EXERCISE PROMPT:
Please copy out the entries below exactly, beginning with the line that contains "#141=ORIENTED_EDGE('',*,*,#104,.T.);" and ending with the line that contains "#171=VERTEX_POINT('',#170);", and include nothing outside that span.

Entries taken from a collection:
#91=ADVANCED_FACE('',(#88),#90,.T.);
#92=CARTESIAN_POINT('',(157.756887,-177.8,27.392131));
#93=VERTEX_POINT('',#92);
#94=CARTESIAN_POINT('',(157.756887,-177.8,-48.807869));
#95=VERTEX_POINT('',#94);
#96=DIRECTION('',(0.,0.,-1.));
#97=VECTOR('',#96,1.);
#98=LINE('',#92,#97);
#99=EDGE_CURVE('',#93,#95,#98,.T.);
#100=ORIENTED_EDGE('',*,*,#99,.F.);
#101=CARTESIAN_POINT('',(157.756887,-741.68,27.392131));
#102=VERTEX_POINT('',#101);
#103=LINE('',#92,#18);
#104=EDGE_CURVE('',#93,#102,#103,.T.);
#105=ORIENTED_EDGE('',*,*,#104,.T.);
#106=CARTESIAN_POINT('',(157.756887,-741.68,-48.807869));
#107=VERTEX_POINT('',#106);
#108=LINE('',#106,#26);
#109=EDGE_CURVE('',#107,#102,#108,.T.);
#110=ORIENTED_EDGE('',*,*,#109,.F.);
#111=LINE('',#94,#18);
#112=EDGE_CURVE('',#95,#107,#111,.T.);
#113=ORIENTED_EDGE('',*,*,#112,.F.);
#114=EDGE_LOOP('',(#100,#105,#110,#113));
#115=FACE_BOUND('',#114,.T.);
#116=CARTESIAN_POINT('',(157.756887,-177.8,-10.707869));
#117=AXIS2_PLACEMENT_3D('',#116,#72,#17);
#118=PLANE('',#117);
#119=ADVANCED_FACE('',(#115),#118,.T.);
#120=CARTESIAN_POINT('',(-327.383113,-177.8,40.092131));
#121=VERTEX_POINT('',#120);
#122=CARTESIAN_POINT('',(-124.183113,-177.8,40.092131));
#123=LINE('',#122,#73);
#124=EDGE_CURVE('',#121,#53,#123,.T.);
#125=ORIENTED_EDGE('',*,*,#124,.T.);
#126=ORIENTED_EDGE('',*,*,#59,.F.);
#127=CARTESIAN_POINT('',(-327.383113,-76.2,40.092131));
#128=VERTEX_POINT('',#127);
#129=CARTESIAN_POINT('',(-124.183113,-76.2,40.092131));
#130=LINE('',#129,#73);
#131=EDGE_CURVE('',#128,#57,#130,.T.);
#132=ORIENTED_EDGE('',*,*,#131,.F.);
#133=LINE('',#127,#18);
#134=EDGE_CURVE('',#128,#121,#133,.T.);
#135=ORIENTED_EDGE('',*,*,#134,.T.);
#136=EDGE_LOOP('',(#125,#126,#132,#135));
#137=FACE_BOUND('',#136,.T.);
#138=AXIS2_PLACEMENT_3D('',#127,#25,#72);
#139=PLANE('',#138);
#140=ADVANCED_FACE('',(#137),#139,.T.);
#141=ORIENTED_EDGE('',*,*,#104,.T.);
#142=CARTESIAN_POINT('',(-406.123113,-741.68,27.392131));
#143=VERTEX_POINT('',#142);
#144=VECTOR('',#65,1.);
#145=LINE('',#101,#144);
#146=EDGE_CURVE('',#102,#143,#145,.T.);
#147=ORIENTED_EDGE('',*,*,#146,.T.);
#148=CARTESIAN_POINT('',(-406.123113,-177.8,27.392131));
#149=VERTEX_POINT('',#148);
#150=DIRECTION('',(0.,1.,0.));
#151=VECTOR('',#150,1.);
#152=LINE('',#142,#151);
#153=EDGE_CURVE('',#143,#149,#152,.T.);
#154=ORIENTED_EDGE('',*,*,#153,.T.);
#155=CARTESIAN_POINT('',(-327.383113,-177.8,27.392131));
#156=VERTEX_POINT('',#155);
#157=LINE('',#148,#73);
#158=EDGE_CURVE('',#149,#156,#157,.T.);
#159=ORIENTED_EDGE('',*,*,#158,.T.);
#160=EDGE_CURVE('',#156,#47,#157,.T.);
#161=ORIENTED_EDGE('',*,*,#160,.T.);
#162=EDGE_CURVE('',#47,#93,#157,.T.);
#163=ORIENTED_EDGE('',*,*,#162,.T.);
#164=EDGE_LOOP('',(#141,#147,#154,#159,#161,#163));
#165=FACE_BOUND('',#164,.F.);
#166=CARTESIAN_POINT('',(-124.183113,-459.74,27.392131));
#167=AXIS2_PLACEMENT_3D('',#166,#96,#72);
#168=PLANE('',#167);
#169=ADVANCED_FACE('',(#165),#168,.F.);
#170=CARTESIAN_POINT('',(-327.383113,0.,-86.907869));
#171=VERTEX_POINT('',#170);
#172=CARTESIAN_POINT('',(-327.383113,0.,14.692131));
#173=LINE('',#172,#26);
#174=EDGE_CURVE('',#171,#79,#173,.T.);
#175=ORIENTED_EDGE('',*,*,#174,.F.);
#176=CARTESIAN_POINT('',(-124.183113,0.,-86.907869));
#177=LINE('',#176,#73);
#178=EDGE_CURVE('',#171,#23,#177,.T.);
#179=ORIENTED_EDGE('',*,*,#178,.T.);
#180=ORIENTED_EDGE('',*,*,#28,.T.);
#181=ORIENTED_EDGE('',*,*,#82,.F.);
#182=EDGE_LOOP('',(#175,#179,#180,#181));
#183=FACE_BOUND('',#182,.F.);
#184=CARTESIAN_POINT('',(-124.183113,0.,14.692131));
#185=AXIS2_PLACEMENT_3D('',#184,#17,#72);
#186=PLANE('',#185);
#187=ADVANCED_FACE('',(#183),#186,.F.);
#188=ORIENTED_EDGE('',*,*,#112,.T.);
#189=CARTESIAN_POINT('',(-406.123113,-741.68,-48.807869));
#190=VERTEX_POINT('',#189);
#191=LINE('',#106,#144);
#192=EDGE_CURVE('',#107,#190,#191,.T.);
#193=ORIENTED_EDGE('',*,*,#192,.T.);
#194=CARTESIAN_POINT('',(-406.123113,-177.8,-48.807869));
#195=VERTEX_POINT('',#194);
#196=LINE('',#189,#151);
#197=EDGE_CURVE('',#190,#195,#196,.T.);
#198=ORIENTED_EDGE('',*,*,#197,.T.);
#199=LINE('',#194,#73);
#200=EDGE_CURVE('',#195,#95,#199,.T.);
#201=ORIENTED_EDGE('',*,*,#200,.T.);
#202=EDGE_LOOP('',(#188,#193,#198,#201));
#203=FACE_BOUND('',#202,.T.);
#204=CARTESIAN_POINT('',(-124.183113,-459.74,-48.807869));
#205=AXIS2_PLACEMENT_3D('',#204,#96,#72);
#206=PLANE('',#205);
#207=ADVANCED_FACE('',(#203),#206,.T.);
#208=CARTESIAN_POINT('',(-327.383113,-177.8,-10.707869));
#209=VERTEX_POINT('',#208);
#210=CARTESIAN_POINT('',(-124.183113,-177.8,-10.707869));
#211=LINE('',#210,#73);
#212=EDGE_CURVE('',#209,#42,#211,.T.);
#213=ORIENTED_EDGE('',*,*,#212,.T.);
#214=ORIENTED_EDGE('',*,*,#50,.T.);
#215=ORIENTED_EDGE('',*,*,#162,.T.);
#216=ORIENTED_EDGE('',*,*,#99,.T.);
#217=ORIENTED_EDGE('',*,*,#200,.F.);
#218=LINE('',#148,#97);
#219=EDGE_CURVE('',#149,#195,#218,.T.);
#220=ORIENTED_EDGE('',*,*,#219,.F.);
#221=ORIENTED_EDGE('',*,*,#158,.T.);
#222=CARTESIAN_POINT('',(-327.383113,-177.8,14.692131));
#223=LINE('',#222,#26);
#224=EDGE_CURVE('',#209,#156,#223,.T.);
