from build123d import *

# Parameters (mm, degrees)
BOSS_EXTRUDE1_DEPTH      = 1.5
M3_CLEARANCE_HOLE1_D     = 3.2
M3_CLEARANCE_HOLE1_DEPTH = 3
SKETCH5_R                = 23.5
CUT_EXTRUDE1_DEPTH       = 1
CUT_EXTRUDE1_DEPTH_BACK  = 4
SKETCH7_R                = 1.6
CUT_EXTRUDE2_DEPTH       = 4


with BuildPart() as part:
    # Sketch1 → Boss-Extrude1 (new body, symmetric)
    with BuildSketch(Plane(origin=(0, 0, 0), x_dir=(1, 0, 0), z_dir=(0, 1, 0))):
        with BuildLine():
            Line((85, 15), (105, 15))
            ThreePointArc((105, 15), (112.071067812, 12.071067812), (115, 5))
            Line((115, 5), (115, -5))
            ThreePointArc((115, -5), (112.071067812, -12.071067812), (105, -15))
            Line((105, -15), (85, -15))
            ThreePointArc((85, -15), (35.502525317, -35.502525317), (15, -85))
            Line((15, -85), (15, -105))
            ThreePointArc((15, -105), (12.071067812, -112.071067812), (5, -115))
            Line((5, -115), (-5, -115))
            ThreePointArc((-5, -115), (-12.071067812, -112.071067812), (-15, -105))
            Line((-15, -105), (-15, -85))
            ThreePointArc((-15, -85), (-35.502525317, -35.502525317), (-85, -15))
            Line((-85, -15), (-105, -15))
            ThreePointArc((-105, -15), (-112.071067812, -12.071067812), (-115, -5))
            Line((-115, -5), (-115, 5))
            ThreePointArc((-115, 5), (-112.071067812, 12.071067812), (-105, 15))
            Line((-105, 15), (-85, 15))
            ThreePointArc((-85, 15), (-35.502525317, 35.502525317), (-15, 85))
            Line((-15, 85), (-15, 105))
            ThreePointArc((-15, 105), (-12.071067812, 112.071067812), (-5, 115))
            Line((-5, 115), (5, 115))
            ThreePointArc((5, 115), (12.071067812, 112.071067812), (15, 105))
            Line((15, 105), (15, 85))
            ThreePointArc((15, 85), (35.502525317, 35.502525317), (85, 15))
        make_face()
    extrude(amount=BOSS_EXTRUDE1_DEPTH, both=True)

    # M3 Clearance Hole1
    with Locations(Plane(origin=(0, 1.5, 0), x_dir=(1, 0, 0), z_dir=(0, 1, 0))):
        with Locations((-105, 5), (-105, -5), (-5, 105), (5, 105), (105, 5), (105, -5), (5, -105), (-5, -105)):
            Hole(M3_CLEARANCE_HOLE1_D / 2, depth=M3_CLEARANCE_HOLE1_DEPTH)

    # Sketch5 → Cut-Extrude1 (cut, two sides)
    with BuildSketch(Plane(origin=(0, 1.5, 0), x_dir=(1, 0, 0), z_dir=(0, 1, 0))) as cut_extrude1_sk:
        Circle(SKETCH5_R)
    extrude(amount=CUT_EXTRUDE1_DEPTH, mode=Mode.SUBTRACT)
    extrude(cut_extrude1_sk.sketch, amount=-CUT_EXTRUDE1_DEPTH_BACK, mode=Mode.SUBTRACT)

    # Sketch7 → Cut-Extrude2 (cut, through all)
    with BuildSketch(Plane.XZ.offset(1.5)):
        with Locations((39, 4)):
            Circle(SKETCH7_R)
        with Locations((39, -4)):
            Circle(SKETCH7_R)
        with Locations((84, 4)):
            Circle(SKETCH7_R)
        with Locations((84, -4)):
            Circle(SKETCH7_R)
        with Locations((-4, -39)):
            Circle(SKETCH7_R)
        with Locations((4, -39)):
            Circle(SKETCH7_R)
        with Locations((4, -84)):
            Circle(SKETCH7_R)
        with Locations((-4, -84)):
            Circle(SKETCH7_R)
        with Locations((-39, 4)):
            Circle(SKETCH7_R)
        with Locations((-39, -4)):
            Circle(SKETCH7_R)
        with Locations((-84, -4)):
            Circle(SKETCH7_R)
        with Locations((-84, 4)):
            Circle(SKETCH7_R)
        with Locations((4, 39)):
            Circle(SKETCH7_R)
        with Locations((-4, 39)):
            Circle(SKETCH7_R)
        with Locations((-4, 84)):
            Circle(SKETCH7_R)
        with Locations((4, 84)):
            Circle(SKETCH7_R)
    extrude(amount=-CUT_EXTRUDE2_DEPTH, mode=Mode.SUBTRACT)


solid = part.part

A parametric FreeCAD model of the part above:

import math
import FreeCAD as App
import Part
import Sketcher
Q = App.Units.Quantity

doc = App.newDocument("Part")
params = doc.addObject("Spreadsheet::Sheet", "Params")
for row, (alias, value) in enumerate([
    ("sketch1_radius", "70 mm"),
    ("sketch1_radius2", "10 mm"),
    ("sketch1_width", "20 mm"),
    ("sketch1_width2", "10 mm"),
    ("pad1_length", "3 mm"),
    ("sketch2_diameter", "3.2 mm"),
    ("hole_diameter", "3.2 mm"),
    ("hole_depth", "3 mm"),
    ("sketch3_diameter", "47 mm"),
    ("sketch4_diameter", "3.2 mm"),
], start=1):
    params.set(f"A{row}", alias)
    params.set(f"B{row}", "=" + value)
    params.setAlias(f"B{row}", alias)

body = doc.addObject("PartDesign::Body", "Body")

# Sketch on XZ plane
sketch1 = body.newObject("Sketcher::SketchObject", "Sketch")
sketch1.AttachmentSupport = (doc.getObject("XZ_Plane"), [""])
sketch1.MapMode = "FlatFace"
sketch1.addGeometry([
    Part.LineSegment(App.Vector(105, -15, 0), App.Vector(85, -15, 0)),  # 0
    Part.ArcOfCircle(Part.Circle(App.Vector(85, -85, 0), App.Vector(0, 0, 1), 70), math.radians(90), math.radians(180)),  # 1
    Part.LineSegment(App.Vector(15, -85, 0), App.Vector(15, -105, 0)),  # 2
    Part.ArcOfCircle(Part.Circle(App.Vector(5, -105, 0), App.Vector(0, 0, 1), 10), math.radians(-90), math.radians(0)),  # 3
    Part.LineSegment(App.Vector(5, -115, 0), App.Vector(-5, -115, 0)),  # 4
    Part.ArcOfCircle(Part.Circle(App.Vector(-5, -105, 0), App.Vector(0, 0, 1), 10), math.radians(180), math.radians(270)),  # 5
    Part.LineSegment(App.Vector(-15, -105, 0), App.Vector(-15, -85, 0)),  # 6
    Part.ArcOfCircle(Part.Circle(App.Vector(-85, -85, 0), App.Vector(0, 0, 1), 70), math.radians(0), math.radians(90)),  # 7
    Part.LineSegment(App.Vector(-85, -15, 0), App.Vector(-105, -15, 0)),  # 8
    Part.ArcOfCircle(Part.Circle(App.Vector(-105, -5, 0), App.Vector(0, 0, 1), 10), math.radians(180), math.radians(270)),  # 9
    Part.LineSegment(App.Vector(-115, -5, 0), App.Vector(-115, 5, 0)),  # 10
    Part.ArcOfCircle(Part.Circle(App.Vector(-105, 5, 0), App.Vector(0, 0, 1), 10), math.radians(90), math.radians(180)),  # 11
    Part.LineSegment(App.Vector(-105, 15, 0), App.Vector(-85, 15, 0)),  # 12
    Part.ArcOfCircle(Part.Circle(App.Vector(-85, 85, 0), App.Vector(0, 0, 1), 70), math.radians(-90), math.radians(0)),  # 13
    Part.LineSegment(App.Vector(-15, 85, 0), App.Vector(-15, 105, 0)),  # 14
    Part.ArcOfCircle(Part.Circle(App.Vector(-5, 105, 0), App.Vector(0, 0, 1), 10), math.radians(90), math.radians(180)),  # 15
    Part.LineSegment(App.Vector(-5, 115, 0), App.Vector(5, 115, 0)),  # 16
    Part.ArcOfCircle(Part.Circle(App.Vector(5, 105, 0), App.Vector(0, 0, 1), 10), math.radians(0), math.radians(90)),  # 17
    Part.LineSegment(App.Vector(15, 105, 0), App.Vector(15, 85, 0)),  # 18
    Part.ArcOfCircle(Part.Circle(App.Vector(85, 85, 0), App.Vector(0, 0, 1), 70), math.radians(180), math.radians(270)),  # 19
    Part.LineSegment(App.Vector(85, 15, 0), App.Vector(105, 15, 0)),  # 20
    Part.ArcOfCircle(Part.Circle(App.Vector(105, 5, 0), App.Vector(0, 0, 1), 10), math.radians(0), math.radians(90)),  # 21
    Part.LineSegment(App.Vector(115, 5, 0), App.Vector(115, -5, 0)),  # 22
    Part.ArcOfCircle(Part.Circle(App.Vector(105, -5, 0), App.Vector(0, 0, 1), 10), math.radians(-90), math.radians(0)),  # 23
], False)
sketch1.addConstraint([
    Sketcher.Constraint("Tangent", 0, 2, 1, 1),
    Sketcher.Constraint("Tangent", 1, 2, 2, 1),
    Sketcher.Constraint("Tangent", 2, 2, 3, 2),
    Sketcher.Constraint("Tangent", 3, 1, 4, 1),
    Sketcher.Constraint("Tangent", 4, 2, 5, 2),
    Sketcher.Constraint("Tangent", 5, 1, 6, 1),
    Sketcher.Constraint("Tangent", 6, 2, 7, 1),
    Sketcher.Constraint("Tangent", 7, 2, 8, 1),
    Sketcher.Constraint("Tangent", 8, 2, 9, 2),
    Sketcher.Constraint("Tangent", 9, 1, 10, 1),
    Sketcher.Constraint("Tangent", 10, 2, 11, 2),
    Sketcher.Constraint("Tangent", 11, 1, 12, 1),
    Sketcher.Constraint("Tangent", 12, 2, 13, 1),
    Sketcher.Constraint("Tangent", 13, 2, 14, 1),
    Sketcher.Constraint("Tangent", 14, 2, 15, 2),
    Sketcher.Constraint("Tangent", 15, 1, 16, 1),
    Sketcher.Constraint("Tangent", 16, 2, 17, 2),
    Sketcher.Constraint("Tangent", 17, 1, 18, 1),
    Sketcher.Constraint("Tangent", 18, 2, 19, 1),
    Sketcher.Constraint("Tangent", 19, 2, 20, 1),
    Sketcher.Constraint("Tangent", 20, 2, 21, 2),
    Sketcher.Constraint("Tangent", 21, 1, 22, 1),
    Sketcher.Constraint("Tangent", 22, 2, 23, 2),
    Sketcher.Constraint("Tangent", 23, 1, 0, 1),
    Sketcher.Constraint("Horizontal", 0),
    Sketcher.Constraint("Vertical", 2),
    Sketcher.Constraint("Horizontal", 4),
    Sketcher.Constraint("Vertical", 6),
    Sketcher.Constraint("Horizontal", 8),
    Sketcher.Constraint("Vertical", 10),
    Sketcher.Constraint("Horizontal", 12),
    Sketcher.Constraint("Vertical", 14),
    Sketcher.Constraint("Horizontal", 16),
    Sketcher.Constraint("Vertical", 18),
    Sketcher.Constraint("Horizontal", 20),
    Sketcher.Constraint("Vertical", 22),
    Sketcher.Constraint("Equal", 3, 5),
    Sketcher.Constraint("Equal", 1, 7),
    Sketcher.Constraint("Equal", 5, 9),
    Sketcher.Constraint("Equal", 9, 11),
    Sketcher.Constraint("Equal", 7, 13),
    Sketcher.Constraint("Equal", 11, 15),
    Sketcher.Constraint("Equal", 15, 17),
    Sketcher.Constraint("Equal", 13, 19),
    Sketcher.Constraint("Equal", 17, 21),
    Sketcher.Constraint("Equal", 21, 23),
    Sketcher.Constraint("Symmetric", 1, 3, 13, 3, -1, 1),
    Sketcher.Constraint("Symmetric", 5, 3, 17, 3, -1, 1),
    Sketcher.Constraint("Symmetric", 9, 3, 21, 3, -1, 1),
    Sketcher.Constraint("Symmetric", 1, 3, 7, 3, -2),
    Sketcher.Constraint("Equal", 20, 2),
    Sketcher.Constraint("Equal", 16, 10),
    Sketcher.Constraint("Radius", 1, Q("70 mm")),
    Sketcher.Constraint("Radius", 3, Q("10 mm")),
    Sketcher.Constraint("DistanceX", 0, 2, 0, 1, Q("20 mm")),
    Sketcher.Constraint("DistanceX", 4, 2, 4, 1, Q("10 mm")),
])
sketch1.setExpression("Constraints[52]", "Params.sketch1_radius")
sketch1.setExpression("Constraints[53]", "Params.sketch1_radius2")
sketch1.setExpression("Constraints[54]", "Params.sketch1_width")
sketch1.setExpression("Constraints[55]", "Params.sketch1_width2")
pad1 = body.newObject("PartDesign::Pad", "Pad")
pad1.Profile = sketch1
pad1.setExpression("Length", "Params.pad1_length")
pad1.Midplane = True

# Sketch on XZ plane
sketch2 = body.newObject("Sketcher::SketchObject", "Sketch001")
sketch2.AttachmentSupport = (doc.getObject("XZ_Plane"), [""])
sketch2.MapMode = "FlatFace"
sketch2.AttachmentOffset = App.Placement(App.Vector(0, 0, -1.5), App.Rotation())
sketch2.addGeometry([
    Part.Circle(App.Vector(-105, -5, 0), App.Vector(0, 0, 1), 1.6),  # 0
    Part.Circle(App.Vector(-105, 5, 0), App.Vector(0, 0, 1), 1.6),  # 1
    Part.Circle(App.Vector(-5, -105, 0), App.Vector(0, 0, 1), 1.6),  # 2
    Part.Circle(App.Vector(5, -105, 0), App.Vector(0, 0, 1), 1.6),  # 3
    Part.Circle(App.Vector(105, -5, 0), App.Vector(0, 0, 1), 1.6),  # 4
    Part.Circle(App.Vector(105, 5, 0), App.Vector(0, 0, 1), 1.6),  # 5
    Part.Circle(App.Vector(5, 105, 0), App.Vector(0, 0, 1), 1.6),  # 6
    Part.Circle(App.Vector(-5, 105, 0), App.Vector(0, 0, 1), 1.6),  # 7
], False)
sketch2.addConstraint([
    Sketcher.Constraint("Equal", 0, 1),
    Sketcher.Constraint("Equal", 1, 2),
    Sketcher.Constraint("Equal", 2, 3),
    Sketcher.Constraint("Equal", 3, 4),
    Sketcher.Constraint("Equal", 4, 5),
    Sketcher.Constraint("Equal", 5, 6),
    Sketcher.Constraint("Equal", 6, 7),
    Sketcher.Constraint("Symmetric", 1, 3, 4, 3, -1, 1),
    Sketcher.Constraint("Symmetric", 0, 3, 5, 3, -1, 1),
    Sketcher.Constraint("Symmetric", 2, 3, 6, 3, -1, 1),
    Sketcher.Constraint("Symmetric", 3, 3, 7, 3, -1, 1),
    Sketcher.Constraint("Symmetric", 2, 3, 3, 3, -2),
    Sketcher.Constraint("Symmetric", 0, 3, 4, 3, -2),
    Sketcher.Constraint("Diameter", 0, Q("3.2 mm")),
    Sketcher.Constraint("DistanceX", 0, 3, -1, 1, Q("105 mm")),
    Sketcher.Constraint("DistanceY", 0, 3, -1, 1, Q("5 mm")),
    Sketcher.Constraint("DistanceX", 2, 3, -1, 1, Q("5 mm")),
    Sketcher.Constraint("DistanceY", 2, 3, -1, 1, Q("105 mm")),
])
sketch2.setExpression("Constraints[13]", "Params.sketch2_diameter")
doc.recompute()
hole = body.newObject("PartDesign::Hole", "Hole")
hole.Profile = sketch2
hole.ThreadType = "None"
hole.setExpression("Diameter", "Params.hole_diameter")
hole.DepthType = "Dimension"
hole.setExpression("Depth", "Params.hole_depth")
hole.DrillPoint = "Flat"
hole.Reversed = True

# Sketch on XZ plane
sketch3 = body.newObject("Sketcher::SketchObject", "Sketch002")
sketch3.AttachmentSupport = (doc.getObject("XZ_Plane"), [""])
sketch3.MapMode = "FlatFace"
sketch3.AttachmentOffset = App.Placement(App.Vector(0, 0, -1.5), App.Rotation())
sketch3.addGeometry(Part.Circle(App.Vector(0, 0, 0), App.Vector(0, 0, 1), 24), False)
sketch3.addConstraint([
    Sketcher.Constraint("Coincident", 0, 3, -1, 1),
    Sketcher.Constraint("Diameter", 0, Q("47 mm")),
])
sketch3.setExpression("Constraints[1]", "Params.sketch3_diameter")
pocket1 = body.newObject("PartDesign::Pocket", "Pocket")
pocket1.Profile = sketch3
pocket1.Type = "ThroughAll"
pocket1.Midplane = True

RESPONSE AREA:
#141=ORIENTED_EDGE('',*,*,#104,.T.);
#142=CARTESIAN_POINT('',(-406.123113,-741.68,27.392131));
#143=VERTEX_POINT('',#142);
#144=VECTOR('',#65,1.);
#145=LINE('',#101,#144);
#146=EDGE_CURVE('',#102,#143,#145,.T.);
#147=ORIENTED_EDGE('',*,*,#146,.T.);
#148=CARTESIAN_POINT('',(-406.123113,-177.8,27.392131));
#149=VERTEX_POINT('',#148);
#150=DIRECTION('',(0.,1.,0.));
#151=VECTOR('',#150,1.);
#152=LINE('',#142,#151);
#153=EDGE_CURVE('',#143,#149,#152,.T.);
#154=ORIENTED_EDGE('',*,*,#153,.T.);
#155=CARTESIAN_POINT('',(-327.383113,-177.8,27.392131));
#156=VERTEX_POINT('',#155);
#157=LINE('',#148,#73);
#158=EDGE_CURVE('',#149,#156,#157,.T.);
#159=ORIENTED_EDGE('',*,*,#158,.T.);
#160=EDGE_CURVE('',#156,#47,#157,.T.);
#161=ORIENTED_EDGE('',*,*,#160,.T.);
#162=EDGE_CURVE('',#47,#93,#157,.T.);
#163=ORIENTED_EDGE('',*,*,#162,.T.);
#164=EDGE_LOOP('',(#141,#147,#154,#159,#161,#163));
#165=FACE_BOUND('',#164,.F.);
#166=CARTESIAN_POINT('',(-124.183113,-459.74,27.392131));
#167=AXIS2_PLACEMENT_3D('',#166,#96,#72);
#168=PLANE('',#167);
#169=ADVANCED_FACE('',(#165),#168,.F.);
#170=CARTESIAN_POINT('',(-327.383113,0.,-86.907869));
#171=VERTEX_POINT('',#170);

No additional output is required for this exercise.